Note: This poem describes a time when I lived down the road from Chelsea Old Church, along Cheyne Walk, where what is now a busy road on the Embankment (the A3212) was a sleepy village shore in Sir Thomas More and Erasmus’ time. More worshipped (and was upbraided for singing) in the church and added a chapel to the south or river-side of the building which, unlike the rest of the church, survived World War II bombing. The church was rebuilt in the 1940s, retaining many of its original features and fixtures – it’s a powerfully atmospheric place.

I used to join Evensong regularly to contemplate the week ahead.

This year, most services have been cancelled – I hope they will soon be able to reconvene, and these twelve haiku (one for each Christmas Day) are humbly dedicated to that outcome.

The painting is by Henry Pether (1800-1865). His father and brother were also painters, known as the “Moonshine Pethers” for their addiction to the hooch and liquors they illicitly brewed in seedy stills on the banks of the river moonlit scenes.
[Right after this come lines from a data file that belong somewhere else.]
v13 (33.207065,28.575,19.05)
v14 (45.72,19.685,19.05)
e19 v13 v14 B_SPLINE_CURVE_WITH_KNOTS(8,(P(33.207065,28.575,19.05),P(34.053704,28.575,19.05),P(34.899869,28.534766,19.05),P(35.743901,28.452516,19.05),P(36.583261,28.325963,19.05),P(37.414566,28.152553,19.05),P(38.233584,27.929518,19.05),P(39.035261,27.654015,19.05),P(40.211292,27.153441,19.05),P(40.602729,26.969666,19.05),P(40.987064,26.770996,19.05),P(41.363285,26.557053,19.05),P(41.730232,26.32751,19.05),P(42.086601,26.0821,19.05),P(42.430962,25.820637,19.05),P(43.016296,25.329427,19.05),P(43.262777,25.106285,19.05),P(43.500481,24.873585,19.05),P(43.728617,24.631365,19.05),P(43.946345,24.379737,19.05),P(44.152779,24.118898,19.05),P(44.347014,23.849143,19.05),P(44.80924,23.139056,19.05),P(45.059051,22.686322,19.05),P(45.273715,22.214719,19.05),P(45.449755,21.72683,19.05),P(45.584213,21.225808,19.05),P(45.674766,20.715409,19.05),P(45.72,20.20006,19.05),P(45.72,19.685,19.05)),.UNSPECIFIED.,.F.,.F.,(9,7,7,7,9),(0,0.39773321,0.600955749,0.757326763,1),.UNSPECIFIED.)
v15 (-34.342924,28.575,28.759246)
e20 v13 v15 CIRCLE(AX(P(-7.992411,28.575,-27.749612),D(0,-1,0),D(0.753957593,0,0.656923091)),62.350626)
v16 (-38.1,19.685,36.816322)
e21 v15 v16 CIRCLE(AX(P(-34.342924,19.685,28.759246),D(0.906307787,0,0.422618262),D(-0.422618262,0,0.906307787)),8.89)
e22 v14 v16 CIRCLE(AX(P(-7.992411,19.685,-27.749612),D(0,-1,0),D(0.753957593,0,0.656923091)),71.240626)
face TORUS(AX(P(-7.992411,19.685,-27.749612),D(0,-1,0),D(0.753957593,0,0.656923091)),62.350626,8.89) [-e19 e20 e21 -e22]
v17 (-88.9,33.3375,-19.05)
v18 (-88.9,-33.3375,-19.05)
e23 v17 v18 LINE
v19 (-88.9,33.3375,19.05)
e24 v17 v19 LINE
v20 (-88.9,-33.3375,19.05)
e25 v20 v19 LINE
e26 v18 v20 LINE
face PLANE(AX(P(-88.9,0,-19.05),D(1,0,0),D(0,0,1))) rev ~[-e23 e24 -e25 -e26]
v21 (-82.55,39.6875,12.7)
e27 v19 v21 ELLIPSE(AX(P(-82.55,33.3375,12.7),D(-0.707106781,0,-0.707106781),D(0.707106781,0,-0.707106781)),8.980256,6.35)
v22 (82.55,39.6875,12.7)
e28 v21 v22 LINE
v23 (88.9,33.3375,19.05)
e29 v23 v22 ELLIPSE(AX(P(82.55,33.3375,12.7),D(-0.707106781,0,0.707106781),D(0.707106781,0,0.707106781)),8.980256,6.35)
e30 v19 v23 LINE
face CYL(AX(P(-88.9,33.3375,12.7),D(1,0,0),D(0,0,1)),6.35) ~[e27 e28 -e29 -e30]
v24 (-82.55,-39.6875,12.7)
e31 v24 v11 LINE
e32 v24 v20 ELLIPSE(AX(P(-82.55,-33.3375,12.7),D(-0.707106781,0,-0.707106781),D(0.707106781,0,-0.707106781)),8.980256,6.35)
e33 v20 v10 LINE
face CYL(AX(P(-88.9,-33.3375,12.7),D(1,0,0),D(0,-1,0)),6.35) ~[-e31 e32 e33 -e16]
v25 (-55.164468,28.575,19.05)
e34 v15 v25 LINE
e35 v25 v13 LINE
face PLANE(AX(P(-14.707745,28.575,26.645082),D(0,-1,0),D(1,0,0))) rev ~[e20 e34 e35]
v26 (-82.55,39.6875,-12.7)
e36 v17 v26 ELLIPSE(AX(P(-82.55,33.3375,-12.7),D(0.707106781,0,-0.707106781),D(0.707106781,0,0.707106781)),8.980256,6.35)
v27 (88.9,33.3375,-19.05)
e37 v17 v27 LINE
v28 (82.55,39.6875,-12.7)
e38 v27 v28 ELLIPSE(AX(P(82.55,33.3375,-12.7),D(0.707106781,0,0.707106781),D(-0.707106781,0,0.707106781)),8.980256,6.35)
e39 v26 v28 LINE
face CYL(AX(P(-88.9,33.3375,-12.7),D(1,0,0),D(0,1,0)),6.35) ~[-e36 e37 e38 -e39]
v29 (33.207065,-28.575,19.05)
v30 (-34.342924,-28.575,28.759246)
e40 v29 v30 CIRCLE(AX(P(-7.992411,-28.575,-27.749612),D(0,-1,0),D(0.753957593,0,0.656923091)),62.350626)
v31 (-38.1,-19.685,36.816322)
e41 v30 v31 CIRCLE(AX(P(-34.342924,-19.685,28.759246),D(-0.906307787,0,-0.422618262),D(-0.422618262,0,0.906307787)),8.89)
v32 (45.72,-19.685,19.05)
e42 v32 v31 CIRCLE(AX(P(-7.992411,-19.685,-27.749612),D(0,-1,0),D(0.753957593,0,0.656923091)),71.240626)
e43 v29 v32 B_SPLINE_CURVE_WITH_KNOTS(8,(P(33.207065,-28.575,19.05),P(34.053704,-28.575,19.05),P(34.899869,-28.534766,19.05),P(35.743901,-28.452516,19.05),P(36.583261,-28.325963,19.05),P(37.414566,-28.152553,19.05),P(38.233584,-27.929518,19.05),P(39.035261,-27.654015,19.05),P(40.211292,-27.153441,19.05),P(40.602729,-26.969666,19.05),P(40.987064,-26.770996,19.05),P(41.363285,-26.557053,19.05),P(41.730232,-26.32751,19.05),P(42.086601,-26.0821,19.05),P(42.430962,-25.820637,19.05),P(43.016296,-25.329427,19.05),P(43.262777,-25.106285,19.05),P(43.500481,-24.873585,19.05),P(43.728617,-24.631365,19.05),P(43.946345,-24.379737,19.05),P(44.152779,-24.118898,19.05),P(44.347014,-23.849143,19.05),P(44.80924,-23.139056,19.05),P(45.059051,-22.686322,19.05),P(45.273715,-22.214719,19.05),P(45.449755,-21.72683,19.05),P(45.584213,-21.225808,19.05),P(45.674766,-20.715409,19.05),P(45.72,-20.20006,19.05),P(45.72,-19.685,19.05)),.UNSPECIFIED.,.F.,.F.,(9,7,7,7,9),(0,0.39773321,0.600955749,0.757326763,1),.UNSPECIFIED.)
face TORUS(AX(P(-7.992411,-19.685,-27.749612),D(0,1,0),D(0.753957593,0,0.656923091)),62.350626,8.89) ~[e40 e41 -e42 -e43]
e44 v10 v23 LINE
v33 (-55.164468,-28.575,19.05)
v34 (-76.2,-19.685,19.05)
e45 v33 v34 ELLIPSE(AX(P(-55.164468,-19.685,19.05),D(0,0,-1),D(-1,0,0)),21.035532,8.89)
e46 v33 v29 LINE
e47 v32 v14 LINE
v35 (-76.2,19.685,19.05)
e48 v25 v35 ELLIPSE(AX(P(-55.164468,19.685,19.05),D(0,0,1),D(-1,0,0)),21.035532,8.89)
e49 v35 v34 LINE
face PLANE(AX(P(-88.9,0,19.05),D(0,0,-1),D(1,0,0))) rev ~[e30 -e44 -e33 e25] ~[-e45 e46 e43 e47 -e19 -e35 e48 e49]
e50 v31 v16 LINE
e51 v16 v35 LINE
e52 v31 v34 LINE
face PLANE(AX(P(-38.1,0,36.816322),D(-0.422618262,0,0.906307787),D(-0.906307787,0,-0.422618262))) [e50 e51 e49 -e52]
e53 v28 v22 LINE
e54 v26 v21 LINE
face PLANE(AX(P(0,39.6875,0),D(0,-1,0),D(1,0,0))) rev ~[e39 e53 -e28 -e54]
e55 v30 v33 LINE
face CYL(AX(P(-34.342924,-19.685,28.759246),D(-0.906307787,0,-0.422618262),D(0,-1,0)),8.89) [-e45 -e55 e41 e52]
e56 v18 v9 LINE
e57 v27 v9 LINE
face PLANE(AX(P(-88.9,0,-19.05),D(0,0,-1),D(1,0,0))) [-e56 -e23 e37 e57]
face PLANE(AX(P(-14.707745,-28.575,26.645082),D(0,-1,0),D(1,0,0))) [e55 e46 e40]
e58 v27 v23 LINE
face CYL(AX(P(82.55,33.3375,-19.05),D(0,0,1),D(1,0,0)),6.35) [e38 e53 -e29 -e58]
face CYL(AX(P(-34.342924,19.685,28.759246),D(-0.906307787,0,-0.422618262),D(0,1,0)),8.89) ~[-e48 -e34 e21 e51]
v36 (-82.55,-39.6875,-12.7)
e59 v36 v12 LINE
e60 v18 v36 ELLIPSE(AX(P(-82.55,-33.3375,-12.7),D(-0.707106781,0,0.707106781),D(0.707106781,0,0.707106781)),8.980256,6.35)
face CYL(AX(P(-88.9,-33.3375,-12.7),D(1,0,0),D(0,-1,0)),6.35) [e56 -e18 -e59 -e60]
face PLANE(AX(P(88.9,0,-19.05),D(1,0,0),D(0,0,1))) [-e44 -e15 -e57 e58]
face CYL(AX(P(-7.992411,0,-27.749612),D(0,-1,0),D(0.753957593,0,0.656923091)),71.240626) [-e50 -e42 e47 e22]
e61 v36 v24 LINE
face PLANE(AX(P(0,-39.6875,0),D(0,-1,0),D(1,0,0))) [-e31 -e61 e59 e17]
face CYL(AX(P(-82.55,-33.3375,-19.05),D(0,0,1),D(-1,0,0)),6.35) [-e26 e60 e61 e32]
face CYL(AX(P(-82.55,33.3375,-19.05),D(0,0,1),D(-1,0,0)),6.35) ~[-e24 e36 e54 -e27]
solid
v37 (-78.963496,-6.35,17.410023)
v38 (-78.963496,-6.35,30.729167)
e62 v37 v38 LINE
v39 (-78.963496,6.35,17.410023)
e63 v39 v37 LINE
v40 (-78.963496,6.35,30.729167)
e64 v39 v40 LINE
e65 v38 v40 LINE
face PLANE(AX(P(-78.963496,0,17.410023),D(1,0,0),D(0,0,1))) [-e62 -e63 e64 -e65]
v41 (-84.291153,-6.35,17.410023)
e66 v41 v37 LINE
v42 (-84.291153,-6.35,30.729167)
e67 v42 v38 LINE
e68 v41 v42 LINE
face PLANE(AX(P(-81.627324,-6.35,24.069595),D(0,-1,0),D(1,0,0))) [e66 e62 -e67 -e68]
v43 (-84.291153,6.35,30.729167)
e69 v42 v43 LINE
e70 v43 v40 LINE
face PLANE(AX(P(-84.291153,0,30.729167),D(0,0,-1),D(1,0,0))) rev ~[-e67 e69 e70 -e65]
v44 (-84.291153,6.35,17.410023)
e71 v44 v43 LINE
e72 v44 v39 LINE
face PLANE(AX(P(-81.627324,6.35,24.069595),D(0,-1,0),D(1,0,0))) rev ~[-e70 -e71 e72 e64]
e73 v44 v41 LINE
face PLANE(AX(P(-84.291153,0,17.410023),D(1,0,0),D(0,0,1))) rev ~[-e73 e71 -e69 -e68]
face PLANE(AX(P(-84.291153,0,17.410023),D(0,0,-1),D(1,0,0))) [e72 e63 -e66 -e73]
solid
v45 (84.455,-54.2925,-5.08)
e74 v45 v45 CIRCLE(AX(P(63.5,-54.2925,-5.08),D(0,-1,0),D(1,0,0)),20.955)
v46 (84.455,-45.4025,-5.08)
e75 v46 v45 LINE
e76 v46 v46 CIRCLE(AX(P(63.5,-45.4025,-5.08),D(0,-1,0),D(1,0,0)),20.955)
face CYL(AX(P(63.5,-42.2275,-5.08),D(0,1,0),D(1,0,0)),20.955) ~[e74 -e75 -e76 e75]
Another of my poems with links to this part of London, Ghosts of Cheyne Walk, was published here last year.

My upcoming book, Migrant Shadows – Sicilian Haiku, will be published by Mad Bear Books in early 2021 – with all profits going to support refugees.

Comments

  1. James Wood says

    I have been sick for some time, and scarcely reading.
    And so taken my time to find this and, now I have found it, savor it.

    It’s a grand invocation of time and place—the echoes and remnants of the past that can inspire and animate us in our present, if and when we’re lucky, and make us better!